Hope this helps out.


----------



## Flytyingguy1 (Sep 8, 2009)

Mullet are in the surf & the bigger fish are feeding on them so it's a no braier to use mullet for bait. The Spots are hitting blood worms or red worms. The Weaks,Speckled & Flounder are hitting cut Mullet.
And the dam Pin fish are hitting anything!


----------



## c0ch3s3 (Jul 10, 2009)

yup, the filet off a finger mullet is the way to go.


----------



## smacks fanatic (Oct 16, 2010)

menhaden, mullet, pinfish, and ladyfish are the way to go.(are ladyfish that far north?)


----------



## SmoothLures (Feb 13, 2008)

It's the mullet run, so use 'em. Other times of the year, cut blues, spot, croaker, even whiting all work well. I have seen days where they did show preference so try whatever you can get.


----------



## Too Busy (Sep 7, 2007)

smacks fanatic said:


> menhaden, mullet, pinfish, and ladyfish are the way to go.(are ladyfish that far north?)


ladyfish are few and far between this time of year.


----------



## Bill Stafford (May 25, 2010)

I caught my first lady fish last week.


----------



## Too Busy (Sep 7, 2007)

I caught them as late as Thanksgiving last year, just not the numbers like August and September.

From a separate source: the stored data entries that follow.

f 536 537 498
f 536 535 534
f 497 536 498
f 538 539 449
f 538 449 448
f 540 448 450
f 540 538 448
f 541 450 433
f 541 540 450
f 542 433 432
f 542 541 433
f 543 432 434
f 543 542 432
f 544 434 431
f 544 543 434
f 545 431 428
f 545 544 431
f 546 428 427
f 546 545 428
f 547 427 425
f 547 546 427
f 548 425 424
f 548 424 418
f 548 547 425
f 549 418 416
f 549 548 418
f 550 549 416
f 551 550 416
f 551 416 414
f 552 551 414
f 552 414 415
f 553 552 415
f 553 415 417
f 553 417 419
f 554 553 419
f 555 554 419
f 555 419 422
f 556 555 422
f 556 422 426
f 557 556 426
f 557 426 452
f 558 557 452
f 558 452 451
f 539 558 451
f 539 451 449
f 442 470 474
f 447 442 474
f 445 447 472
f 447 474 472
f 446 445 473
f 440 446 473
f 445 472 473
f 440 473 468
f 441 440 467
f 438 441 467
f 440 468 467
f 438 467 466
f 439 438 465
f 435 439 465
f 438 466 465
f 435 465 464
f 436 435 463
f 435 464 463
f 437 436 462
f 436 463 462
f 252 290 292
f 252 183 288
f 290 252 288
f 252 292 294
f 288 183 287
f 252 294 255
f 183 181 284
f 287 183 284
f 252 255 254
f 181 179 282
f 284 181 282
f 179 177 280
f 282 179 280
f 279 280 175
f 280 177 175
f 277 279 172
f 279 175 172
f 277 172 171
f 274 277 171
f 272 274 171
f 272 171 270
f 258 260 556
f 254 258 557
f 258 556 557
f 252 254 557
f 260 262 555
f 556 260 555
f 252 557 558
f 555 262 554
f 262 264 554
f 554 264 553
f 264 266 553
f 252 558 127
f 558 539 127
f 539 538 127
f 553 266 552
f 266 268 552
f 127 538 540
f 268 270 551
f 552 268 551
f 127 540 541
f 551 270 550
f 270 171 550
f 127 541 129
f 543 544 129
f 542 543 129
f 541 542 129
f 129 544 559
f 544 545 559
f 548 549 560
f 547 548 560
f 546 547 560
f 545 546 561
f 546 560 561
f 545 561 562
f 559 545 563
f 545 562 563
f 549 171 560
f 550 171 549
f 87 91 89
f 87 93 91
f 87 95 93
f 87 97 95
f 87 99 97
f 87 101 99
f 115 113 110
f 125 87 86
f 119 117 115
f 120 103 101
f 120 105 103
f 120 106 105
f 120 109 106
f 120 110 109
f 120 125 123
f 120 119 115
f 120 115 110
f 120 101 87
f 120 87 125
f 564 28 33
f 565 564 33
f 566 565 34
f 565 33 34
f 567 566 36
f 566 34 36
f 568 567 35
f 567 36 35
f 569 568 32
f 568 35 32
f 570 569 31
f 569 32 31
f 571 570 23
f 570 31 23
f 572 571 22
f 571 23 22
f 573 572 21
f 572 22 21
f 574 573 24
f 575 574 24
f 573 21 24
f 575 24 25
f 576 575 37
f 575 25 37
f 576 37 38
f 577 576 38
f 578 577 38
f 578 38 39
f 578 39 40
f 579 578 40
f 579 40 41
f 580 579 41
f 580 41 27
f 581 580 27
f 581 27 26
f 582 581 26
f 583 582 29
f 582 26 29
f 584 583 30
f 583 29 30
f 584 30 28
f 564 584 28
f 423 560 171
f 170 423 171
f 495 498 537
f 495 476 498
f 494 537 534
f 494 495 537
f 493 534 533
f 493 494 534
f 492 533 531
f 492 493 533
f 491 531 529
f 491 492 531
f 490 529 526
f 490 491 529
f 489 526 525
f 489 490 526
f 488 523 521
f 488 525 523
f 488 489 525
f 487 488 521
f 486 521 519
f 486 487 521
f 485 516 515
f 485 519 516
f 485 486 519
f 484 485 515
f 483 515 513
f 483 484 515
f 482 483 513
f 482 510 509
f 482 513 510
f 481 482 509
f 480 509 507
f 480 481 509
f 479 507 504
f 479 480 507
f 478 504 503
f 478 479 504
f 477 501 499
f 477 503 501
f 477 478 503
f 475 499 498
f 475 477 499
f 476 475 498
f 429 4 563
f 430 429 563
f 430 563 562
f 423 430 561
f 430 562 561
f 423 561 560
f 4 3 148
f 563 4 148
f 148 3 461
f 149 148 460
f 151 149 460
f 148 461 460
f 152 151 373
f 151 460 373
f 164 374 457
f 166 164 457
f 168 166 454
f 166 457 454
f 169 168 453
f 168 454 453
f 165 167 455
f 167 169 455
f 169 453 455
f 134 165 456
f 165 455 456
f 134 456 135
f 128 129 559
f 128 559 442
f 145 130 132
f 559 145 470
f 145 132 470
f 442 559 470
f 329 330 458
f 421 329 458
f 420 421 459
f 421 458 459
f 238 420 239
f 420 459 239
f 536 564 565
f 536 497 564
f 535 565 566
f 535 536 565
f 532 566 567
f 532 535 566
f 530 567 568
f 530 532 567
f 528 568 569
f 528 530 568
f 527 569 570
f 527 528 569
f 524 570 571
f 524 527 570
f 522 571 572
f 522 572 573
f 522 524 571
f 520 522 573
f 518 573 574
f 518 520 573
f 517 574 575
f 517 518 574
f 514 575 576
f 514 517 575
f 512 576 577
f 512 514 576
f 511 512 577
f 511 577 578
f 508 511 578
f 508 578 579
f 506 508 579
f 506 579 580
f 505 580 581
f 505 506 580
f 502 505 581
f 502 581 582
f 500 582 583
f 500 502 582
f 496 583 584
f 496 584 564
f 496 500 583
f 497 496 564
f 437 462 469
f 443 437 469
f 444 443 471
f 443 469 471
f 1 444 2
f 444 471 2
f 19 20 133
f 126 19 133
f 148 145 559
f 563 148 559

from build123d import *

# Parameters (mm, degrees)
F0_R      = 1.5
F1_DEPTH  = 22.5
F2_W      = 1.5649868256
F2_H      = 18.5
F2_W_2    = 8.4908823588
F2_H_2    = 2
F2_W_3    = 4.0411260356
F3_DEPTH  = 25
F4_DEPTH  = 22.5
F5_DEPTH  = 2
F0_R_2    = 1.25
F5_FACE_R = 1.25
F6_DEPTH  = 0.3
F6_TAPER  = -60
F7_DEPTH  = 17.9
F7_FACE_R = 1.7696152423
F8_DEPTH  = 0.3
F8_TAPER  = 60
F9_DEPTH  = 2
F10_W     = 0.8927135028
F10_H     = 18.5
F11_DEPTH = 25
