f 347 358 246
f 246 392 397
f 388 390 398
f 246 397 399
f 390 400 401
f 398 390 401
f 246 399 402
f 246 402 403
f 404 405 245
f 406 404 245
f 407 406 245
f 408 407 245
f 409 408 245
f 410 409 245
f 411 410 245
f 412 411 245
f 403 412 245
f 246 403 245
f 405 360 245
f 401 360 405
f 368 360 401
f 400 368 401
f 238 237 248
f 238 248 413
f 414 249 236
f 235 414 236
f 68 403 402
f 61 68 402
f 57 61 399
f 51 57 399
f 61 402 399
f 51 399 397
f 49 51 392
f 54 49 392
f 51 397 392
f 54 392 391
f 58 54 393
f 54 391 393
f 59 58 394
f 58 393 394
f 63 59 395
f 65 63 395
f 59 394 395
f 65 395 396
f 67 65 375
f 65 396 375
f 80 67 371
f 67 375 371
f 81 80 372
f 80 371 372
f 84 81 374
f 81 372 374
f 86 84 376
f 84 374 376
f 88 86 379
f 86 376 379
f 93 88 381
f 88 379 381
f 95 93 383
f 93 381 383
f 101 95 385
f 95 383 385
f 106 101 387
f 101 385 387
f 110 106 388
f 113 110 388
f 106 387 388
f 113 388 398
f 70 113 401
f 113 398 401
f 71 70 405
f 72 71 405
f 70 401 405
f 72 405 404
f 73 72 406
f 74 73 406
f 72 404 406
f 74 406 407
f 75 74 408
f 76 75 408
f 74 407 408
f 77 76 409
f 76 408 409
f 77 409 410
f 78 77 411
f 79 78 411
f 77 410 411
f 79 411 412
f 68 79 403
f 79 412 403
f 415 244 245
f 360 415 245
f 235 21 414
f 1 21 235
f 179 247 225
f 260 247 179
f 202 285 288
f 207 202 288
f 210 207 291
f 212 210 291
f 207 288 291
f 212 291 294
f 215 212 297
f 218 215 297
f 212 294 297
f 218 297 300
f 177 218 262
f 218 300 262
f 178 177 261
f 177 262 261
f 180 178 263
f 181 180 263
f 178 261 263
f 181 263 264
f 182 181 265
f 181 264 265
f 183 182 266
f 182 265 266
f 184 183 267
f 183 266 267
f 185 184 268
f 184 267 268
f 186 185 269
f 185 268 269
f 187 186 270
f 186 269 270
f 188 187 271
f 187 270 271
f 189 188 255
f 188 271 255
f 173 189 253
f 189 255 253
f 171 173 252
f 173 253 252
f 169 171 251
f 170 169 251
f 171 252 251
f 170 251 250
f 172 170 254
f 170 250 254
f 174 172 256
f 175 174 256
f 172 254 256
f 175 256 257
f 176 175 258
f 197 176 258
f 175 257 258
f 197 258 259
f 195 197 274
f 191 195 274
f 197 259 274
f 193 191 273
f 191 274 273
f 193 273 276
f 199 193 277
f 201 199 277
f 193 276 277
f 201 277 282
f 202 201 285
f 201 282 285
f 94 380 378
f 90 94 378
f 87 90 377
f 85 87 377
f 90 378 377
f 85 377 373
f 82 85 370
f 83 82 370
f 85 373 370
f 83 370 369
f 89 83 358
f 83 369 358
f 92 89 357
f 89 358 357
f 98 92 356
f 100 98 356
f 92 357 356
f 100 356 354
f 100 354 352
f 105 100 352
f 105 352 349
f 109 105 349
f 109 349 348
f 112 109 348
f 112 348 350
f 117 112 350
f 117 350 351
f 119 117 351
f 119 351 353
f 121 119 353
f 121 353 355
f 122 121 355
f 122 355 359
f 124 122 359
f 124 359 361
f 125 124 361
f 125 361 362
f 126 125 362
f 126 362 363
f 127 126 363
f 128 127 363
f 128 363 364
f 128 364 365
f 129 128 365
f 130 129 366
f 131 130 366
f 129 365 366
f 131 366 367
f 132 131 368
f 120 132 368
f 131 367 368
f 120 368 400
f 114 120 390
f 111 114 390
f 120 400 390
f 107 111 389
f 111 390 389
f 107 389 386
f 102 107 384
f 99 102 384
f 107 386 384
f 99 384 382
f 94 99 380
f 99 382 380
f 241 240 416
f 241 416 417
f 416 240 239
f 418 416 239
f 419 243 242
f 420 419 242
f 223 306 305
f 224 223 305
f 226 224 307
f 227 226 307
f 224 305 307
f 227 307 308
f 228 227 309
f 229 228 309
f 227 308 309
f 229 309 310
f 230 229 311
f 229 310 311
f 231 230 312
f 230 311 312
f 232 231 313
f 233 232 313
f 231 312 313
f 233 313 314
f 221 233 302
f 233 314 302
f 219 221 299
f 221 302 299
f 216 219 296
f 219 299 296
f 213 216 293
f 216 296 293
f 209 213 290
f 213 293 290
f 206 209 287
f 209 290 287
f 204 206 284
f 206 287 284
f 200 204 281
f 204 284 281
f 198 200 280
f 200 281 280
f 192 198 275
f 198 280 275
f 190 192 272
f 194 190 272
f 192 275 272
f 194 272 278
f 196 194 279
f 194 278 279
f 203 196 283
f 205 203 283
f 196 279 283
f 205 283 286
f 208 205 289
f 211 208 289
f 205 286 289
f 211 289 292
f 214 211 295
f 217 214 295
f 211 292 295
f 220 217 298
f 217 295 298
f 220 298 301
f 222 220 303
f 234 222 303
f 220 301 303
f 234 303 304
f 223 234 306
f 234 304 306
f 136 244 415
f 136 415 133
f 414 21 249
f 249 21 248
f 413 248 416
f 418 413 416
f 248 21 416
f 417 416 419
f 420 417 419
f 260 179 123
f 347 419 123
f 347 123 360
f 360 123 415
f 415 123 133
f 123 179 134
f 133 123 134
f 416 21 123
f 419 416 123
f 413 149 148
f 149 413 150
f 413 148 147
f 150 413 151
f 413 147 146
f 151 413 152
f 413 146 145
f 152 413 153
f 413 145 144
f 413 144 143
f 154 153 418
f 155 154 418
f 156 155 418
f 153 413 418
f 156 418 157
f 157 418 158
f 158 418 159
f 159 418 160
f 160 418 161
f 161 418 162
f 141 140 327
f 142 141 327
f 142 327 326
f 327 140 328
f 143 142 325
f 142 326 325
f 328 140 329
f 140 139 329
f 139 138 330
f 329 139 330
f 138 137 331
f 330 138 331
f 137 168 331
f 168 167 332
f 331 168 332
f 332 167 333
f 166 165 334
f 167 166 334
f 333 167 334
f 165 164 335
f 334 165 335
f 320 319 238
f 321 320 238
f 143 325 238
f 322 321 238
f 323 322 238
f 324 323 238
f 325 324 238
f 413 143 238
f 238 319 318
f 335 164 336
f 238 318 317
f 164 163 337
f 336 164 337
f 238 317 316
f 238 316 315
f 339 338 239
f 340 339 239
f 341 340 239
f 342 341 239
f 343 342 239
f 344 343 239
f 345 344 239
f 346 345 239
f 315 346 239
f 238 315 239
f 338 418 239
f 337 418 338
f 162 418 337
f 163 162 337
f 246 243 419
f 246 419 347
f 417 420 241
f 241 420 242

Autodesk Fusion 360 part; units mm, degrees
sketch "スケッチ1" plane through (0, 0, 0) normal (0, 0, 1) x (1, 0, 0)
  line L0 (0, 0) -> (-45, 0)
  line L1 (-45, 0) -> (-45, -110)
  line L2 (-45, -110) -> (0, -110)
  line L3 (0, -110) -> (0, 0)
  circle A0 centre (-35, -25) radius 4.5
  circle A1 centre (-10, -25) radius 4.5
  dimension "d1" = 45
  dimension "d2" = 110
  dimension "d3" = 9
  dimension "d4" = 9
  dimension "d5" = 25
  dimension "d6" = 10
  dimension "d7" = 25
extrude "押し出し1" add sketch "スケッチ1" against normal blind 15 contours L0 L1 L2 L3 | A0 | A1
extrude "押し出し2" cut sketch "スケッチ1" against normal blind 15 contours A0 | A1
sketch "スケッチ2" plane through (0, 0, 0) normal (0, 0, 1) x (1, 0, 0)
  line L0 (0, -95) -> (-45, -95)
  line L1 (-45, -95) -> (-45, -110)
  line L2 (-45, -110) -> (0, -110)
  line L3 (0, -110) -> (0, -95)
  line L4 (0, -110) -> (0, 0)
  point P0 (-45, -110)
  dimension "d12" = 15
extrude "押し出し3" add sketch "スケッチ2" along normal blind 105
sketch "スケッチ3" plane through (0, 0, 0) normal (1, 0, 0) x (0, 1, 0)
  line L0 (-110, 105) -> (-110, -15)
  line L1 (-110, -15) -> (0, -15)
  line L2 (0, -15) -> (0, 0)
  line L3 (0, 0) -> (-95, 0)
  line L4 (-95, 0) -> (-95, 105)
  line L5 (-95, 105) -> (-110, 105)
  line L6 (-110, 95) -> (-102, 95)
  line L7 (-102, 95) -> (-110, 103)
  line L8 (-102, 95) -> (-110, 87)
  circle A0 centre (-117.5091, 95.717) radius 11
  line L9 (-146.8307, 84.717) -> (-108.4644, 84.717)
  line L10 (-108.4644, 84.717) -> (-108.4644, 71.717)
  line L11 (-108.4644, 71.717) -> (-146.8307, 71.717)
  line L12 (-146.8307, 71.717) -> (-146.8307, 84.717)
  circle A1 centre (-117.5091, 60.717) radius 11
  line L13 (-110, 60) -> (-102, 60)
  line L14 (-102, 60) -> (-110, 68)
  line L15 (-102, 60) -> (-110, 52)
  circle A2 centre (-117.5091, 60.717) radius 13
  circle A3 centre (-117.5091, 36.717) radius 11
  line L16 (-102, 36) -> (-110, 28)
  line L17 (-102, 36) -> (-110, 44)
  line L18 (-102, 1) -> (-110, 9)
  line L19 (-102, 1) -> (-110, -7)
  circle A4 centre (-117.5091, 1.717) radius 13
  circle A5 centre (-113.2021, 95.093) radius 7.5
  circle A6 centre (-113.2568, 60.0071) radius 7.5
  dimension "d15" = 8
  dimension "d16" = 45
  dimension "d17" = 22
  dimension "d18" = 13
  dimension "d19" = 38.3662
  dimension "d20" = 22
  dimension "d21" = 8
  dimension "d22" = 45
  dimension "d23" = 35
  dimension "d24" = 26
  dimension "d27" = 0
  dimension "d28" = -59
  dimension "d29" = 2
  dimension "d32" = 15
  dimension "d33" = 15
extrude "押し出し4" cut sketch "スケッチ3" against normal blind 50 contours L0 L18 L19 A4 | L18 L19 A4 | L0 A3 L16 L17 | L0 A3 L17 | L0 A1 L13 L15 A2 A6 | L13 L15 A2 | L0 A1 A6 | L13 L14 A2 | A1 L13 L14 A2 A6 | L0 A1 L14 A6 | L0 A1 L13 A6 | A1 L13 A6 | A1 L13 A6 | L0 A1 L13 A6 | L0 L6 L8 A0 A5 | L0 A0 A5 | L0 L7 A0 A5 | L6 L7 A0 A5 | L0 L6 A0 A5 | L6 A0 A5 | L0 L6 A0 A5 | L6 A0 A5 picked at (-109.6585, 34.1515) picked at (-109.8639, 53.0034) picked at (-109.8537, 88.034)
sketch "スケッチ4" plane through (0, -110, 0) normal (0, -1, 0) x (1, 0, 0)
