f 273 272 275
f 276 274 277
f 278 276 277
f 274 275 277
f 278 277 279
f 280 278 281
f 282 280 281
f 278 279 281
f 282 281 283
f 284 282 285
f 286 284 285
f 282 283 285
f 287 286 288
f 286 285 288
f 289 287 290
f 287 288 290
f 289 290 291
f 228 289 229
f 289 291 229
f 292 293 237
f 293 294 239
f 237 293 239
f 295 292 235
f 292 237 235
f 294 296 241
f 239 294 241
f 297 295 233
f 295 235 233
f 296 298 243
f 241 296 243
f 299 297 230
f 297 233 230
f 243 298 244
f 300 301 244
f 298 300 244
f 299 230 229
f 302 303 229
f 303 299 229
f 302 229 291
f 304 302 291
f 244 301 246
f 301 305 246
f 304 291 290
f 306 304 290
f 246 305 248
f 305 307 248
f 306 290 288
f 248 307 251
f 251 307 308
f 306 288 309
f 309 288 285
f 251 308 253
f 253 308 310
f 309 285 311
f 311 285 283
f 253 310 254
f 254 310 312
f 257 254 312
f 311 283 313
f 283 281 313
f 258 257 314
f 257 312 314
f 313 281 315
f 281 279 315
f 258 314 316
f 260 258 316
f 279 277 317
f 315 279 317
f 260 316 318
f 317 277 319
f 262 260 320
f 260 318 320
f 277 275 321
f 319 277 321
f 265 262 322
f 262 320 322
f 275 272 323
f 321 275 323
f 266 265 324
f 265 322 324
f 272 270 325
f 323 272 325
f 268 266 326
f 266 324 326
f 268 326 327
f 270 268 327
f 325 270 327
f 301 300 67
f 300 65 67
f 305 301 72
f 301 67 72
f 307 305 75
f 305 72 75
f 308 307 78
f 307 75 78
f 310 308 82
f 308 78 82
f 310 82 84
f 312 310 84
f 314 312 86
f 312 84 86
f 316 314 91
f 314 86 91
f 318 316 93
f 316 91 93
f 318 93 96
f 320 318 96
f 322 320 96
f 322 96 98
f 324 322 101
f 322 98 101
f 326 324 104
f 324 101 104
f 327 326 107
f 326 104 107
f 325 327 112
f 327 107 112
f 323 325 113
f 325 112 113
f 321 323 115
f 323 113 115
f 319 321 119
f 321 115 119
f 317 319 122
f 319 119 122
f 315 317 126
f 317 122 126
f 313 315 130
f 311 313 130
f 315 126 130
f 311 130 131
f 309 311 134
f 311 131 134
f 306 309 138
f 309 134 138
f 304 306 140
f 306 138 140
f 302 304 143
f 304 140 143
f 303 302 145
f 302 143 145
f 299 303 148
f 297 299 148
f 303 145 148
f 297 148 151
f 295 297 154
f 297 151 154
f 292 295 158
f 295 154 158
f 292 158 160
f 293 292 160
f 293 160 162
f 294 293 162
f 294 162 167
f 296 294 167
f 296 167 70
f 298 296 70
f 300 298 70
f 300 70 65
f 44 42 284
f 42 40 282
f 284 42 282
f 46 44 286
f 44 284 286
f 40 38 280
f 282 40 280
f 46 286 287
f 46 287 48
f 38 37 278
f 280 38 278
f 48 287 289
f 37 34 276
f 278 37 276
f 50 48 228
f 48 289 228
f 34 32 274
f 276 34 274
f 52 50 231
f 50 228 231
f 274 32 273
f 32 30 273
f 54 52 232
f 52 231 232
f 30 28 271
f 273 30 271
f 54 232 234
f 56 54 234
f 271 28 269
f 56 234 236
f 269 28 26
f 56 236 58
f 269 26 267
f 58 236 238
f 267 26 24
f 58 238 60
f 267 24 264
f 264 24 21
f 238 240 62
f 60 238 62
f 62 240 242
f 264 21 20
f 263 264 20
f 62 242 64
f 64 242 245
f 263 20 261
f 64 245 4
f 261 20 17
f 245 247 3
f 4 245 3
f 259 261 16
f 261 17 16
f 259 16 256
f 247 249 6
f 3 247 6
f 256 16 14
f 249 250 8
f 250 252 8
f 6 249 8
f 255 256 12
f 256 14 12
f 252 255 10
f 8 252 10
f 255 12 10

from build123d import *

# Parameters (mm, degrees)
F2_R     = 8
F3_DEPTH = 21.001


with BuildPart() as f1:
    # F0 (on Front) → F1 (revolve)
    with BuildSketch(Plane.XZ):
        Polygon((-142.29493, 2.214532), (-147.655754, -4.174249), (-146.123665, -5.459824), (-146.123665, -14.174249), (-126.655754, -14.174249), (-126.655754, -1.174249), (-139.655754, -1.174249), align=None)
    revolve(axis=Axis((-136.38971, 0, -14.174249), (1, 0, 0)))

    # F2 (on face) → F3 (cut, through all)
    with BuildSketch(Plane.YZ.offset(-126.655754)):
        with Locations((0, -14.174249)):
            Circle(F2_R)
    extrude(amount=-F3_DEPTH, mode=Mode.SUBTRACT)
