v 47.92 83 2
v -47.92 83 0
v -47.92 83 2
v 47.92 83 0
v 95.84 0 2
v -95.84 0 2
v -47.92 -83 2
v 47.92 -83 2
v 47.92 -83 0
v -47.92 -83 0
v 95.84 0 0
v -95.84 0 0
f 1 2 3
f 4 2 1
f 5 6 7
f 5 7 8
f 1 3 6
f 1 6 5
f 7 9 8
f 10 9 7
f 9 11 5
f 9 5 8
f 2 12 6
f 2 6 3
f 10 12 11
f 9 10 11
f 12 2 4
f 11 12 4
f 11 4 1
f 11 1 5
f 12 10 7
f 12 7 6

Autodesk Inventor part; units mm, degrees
ref_plane "YZ Plane" through (0, 0, 0) normal (1, 0, 0) x (0, 1, 0)
ref_plane "XZ Plane" through (0, 0, 0) normal (0, 1, 0) x (-1, 0, 0)
ref_plane "XY Plane" through (0, 0, 0) normal (0, 0, 1) x (1, 0, 0)
sketch "Sketch1" plane through (0, 0, 0) normal (0, 0, 1) x (1, 0, 0)
  line L0 (-47.9201, 83) -> (47.9201, 83)
  line L1 (47.9201, 83) -> (95.8401, 0)
  line L2 (95.8401, 0) -> (47.9201, -83)
  line L3 (47.9201, -83) -> (-47.9201, -83)
  line L4 (-47.9201, -83) -> (-95.8401, 0)
  line L5 (-95.8401, 0) -> (-47.9201, 83)
  point P0 (0, 0)
  point P1 (0, 0)
  dimension "d0" = 166
extrude "Extrusion1" add sketch "Sketch1" along normal blind 2
sketch "Sketch3" plane through (0, 0, 2) normal (0, 0, 1) x (1, 0, 0)
  line L0 (47.9201, 83) -> (-47.9201, 83) projected
  line L1 (-47.9201, 83) -> (-95.8401, 0) projected
  line L2 (-95.8401, 0) -> (-47.9201, -83) projected
  line L3 (-47.9201, -83) -> (47.9201, -83) projected
  line L4 (47.9201, -83) -> (95.8401, 0) projected
  line L5 (95.8401, 0) -> (47.9201, 83) projected
  line L6 (-95.8401, 83) -> (95.8401, 83)
  line L7 (95.8401, 83) -> (95.8401, -83)
  line L8 (95.8401, -83) -> (-95.8401, -83)
  line L9 (-95.8401, -83) -> (-95.8401, 83)
  line L10 (-95.8401, 83) -> (95.8401, -83) construction
  line L11 (95.8401, 83) -> (-95.8401, -83) construction
  point P0 (0, 0)
  dimension "d3" = 191.6803
  dimension "d4" = 166
properties part number "Frosted Top v1"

I couldn't fish shrimp, gulp, DOA, Z-man under a popping cork without ladyfish eating it during the hottest months


----------



## bluefish1928 (Jun 9, 2007)

i believe cut bunker/menhaden works better than cut mullet.
But live mullet will stay alive a lot longer than menhaden and mullet are usually more readily available.

Therefore, mullet is the bait of choice for targeting predatory gamefish (blues, weaks, drum)

now shrimp will get u anything


----------



## SmoothLures (Feb 13, 2008)

I've found menhaden live a good while if you use a #4 treble in the back or nose and give them enough line to swim around (IE freelined or plenty of leader on a Carolina rig).


----------



## Danman (Dec 13, 2007)

I caught my biggest flounder ever using a freshly cut mullet strip from the surf:fishing:


----------